In Europe, Christine Lagarde and six other European Central Bank (ECB) speakers hit us with their views on economics and policy ahead of next week’s key ECB meeting. On the data side, we get new manufacturing and services PMIs in Europe, as we do in the UK. European PMI’s may get increased focus, as the pace of contraction is expected to slow and could even expand. Essentially, the wind is currently to the back of EU assets and we’re seeing some solid outperformance, notably vs US equity markets.

One consideration has been the better feel of EU economics, largely driven by the warmer climate and sharp declines in EU Natural Gas prices. The data in Europe is consistently coming in hotter than forecast. Positive economic surprises are causing inflows into EU equity funds after a year of sizeable outflows.
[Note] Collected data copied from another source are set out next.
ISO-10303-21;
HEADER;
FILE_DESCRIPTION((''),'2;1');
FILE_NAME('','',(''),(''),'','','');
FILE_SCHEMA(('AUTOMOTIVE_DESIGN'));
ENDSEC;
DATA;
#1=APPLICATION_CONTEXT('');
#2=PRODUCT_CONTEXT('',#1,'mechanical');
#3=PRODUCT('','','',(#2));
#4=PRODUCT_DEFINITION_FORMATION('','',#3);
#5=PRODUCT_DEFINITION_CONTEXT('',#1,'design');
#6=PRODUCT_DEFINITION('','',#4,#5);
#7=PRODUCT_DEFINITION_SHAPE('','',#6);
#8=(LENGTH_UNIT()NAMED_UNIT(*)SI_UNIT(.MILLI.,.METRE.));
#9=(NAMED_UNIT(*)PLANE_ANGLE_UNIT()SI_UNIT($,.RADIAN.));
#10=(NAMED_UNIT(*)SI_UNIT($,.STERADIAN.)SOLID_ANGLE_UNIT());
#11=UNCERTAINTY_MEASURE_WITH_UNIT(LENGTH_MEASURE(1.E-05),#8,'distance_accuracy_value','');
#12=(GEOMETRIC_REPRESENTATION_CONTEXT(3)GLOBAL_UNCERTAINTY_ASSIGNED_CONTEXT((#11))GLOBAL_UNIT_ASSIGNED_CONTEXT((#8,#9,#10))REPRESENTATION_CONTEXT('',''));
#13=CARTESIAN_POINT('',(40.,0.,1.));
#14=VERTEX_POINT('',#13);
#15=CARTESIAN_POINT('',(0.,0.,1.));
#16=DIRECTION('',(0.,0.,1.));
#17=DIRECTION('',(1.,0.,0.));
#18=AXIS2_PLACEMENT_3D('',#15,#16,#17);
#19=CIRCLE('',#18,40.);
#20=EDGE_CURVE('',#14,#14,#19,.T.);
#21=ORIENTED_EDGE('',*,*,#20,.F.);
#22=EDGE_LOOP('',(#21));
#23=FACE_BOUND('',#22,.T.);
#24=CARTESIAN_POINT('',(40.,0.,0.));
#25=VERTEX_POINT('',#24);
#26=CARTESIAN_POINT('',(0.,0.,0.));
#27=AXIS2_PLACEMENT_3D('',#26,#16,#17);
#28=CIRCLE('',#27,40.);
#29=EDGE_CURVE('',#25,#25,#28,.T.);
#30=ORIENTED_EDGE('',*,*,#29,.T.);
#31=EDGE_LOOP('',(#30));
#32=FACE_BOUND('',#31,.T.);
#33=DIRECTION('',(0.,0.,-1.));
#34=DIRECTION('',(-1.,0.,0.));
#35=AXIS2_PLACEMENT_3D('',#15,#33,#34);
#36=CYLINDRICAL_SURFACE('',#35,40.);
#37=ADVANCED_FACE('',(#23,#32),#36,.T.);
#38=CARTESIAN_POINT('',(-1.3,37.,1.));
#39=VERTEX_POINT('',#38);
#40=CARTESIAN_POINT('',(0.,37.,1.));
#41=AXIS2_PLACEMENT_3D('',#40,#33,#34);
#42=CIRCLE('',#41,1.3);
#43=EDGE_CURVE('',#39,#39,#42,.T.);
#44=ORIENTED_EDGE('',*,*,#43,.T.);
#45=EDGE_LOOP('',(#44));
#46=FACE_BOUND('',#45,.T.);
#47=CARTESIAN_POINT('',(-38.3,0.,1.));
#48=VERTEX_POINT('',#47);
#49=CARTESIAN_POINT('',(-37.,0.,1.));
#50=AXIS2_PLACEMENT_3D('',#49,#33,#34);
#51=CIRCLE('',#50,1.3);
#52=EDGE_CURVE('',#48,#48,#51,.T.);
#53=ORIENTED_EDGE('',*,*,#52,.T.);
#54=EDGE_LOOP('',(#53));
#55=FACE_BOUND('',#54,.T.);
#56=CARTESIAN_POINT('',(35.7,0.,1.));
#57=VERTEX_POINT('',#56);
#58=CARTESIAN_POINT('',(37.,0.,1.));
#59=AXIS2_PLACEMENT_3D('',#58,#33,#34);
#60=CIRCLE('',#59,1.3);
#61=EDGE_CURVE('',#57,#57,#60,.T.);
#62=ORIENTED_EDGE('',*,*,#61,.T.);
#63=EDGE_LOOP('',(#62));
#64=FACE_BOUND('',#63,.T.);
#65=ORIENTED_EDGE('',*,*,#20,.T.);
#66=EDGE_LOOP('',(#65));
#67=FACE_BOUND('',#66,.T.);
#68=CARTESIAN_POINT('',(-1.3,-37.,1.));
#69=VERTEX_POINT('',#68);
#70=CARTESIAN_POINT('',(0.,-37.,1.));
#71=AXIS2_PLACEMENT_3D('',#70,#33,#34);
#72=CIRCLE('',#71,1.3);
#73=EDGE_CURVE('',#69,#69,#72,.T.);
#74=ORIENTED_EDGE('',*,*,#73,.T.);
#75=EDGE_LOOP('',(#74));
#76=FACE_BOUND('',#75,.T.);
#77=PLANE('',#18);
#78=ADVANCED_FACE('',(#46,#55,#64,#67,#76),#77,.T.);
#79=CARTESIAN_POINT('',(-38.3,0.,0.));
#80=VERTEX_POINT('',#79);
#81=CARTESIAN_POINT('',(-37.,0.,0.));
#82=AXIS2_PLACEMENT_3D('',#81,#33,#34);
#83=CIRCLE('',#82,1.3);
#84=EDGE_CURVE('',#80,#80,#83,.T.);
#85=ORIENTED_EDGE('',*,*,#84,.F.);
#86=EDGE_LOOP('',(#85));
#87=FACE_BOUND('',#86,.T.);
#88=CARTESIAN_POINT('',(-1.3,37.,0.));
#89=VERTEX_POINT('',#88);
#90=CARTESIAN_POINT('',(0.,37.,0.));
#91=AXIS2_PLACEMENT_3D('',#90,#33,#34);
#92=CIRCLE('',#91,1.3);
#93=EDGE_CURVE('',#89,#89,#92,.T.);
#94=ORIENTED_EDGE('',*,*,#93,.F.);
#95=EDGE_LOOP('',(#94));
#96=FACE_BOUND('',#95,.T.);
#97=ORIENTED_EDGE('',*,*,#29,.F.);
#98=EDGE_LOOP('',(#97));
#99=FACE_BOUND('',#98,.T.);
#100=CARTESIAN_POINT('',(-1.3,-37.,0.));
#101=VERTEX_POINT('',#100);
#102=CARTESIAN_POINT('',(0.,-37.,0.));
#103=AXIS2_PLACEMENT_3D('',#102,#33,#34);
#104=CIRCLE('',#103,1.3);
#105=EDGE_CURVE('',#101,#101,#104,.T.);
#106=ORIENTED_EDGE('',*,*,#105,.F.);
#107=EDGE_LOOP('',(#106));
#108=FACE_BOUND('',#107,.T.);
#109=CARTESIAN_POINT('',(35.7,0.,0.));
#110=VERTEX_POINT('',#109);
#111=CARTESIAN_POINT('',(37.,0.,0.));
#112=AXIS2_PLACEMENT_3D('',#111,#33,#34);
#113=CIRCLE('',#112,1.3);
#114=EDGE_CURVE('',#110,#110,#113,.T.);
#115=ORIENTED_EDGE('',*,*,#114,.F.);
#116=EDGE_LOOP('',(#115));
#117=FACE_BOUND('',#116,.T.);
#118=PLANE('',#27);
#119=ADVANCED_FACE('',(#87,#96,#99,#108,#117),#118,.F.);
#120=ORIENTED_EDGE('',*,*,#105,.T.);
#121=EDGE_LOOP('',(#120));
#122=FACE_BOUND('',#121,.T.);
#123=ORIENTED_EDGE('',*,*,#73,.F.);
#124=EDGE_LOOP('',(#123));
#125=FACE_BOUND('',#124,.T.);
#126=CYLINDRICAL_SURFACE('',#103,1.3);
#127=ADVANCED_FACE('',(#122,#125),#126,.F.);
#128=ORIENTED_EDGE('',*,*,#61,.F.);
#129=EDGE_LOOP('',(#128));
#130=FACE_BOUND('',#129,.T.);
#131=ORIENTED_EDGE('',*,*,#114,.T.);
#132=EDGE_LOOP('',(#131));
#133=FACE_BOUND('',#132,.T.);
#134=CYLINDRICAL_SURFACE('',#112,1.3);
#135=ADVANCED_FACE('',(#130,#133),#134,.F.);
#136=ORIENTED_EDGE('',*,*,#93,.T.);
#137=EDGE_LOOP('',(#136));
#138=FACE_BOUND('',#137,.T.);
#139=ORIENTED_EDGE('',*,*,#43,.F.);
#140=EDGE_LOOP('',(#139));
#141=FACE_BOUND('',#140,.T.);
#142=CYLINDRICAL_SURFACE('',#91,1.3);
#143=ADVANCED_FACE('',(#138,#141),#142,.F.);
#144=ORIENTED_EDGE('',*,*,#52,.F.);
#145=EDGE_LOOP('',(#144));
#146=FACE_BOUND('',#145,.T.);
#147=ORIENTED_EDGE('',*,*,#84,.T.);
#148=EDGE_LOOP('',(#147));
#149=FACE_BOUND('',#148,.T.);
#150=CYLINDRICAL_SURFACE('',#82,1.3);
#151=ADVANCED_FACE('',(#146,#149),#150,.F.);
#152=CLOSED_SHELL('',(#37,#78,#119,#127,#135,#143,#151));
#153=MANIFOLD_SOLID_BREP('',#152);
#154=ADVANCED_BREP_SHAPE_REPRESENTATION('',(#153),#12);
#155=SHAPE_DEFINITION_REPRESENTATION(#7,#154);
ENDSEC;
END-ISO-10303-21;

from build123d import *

# Parameters (mm, degrees)
ESQUISSE1_R                  = 40
BOSS_EXTRU_1_DEPTH           = 1
D_GAGEMENT_M21_D             = 2.6
R_P_TITION_CIRCULAIRE1_COUNT = 4


with BuildPart() as part:
    # Esquisse1 → Boss.-Extru.1 (new body)
    with BuildSketch(Plane.XY):
        Circle(ESQUISSE1_R)
    extrude(amount=BOSS_EXTRU_1_DEPTH)

    # Dégagement M21 (through all)
    with Locations(Plane(origin=(0, 0, 0), x_dir=(-1, 0, 0), z_dir=(0, 0, -1))):
        with Locations((0, 37)):
            d_gagement_m21 = Hole(D_GAGEMENT_M21_D / 2)

    # Répétition circulaire1: Dégagement M21 ×4 about axis
    r_p_tition_circulaire1_axis = Axis((0, 0, 0), (0, 0, 1))
    for i in range(1, R_P_TITION_CIRCULAIRE1_COUNT):
        add(d_gagement_m21.rotate(r_p_tition_circulaire1_axis, i * 360 / R_P_TITION_CIRCULAIRE1_COUNT), mode=Mode.SUBTRACT)


solid = part.part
We see bond yields in the EU are becoming sharply less negative than its US counterpart and EURUSD has taken note of the relative rise. EU equities have had a blistering start to 2023. This relative outperformance won’t last forever, of course, not when you’re seeing US tech catching a bid and the NASDAQ100 starting to crank up. Naturally, one questions how much foreign capital is buying EU assets on an FX-hedged basis. For now, EURUSD eyes a breakout of its recent range at 1.0875 and as long as price declines are supported into the 5-day Exponential Moving Average (EMA), which is trending higher, then EURUSD should be traded from the long side.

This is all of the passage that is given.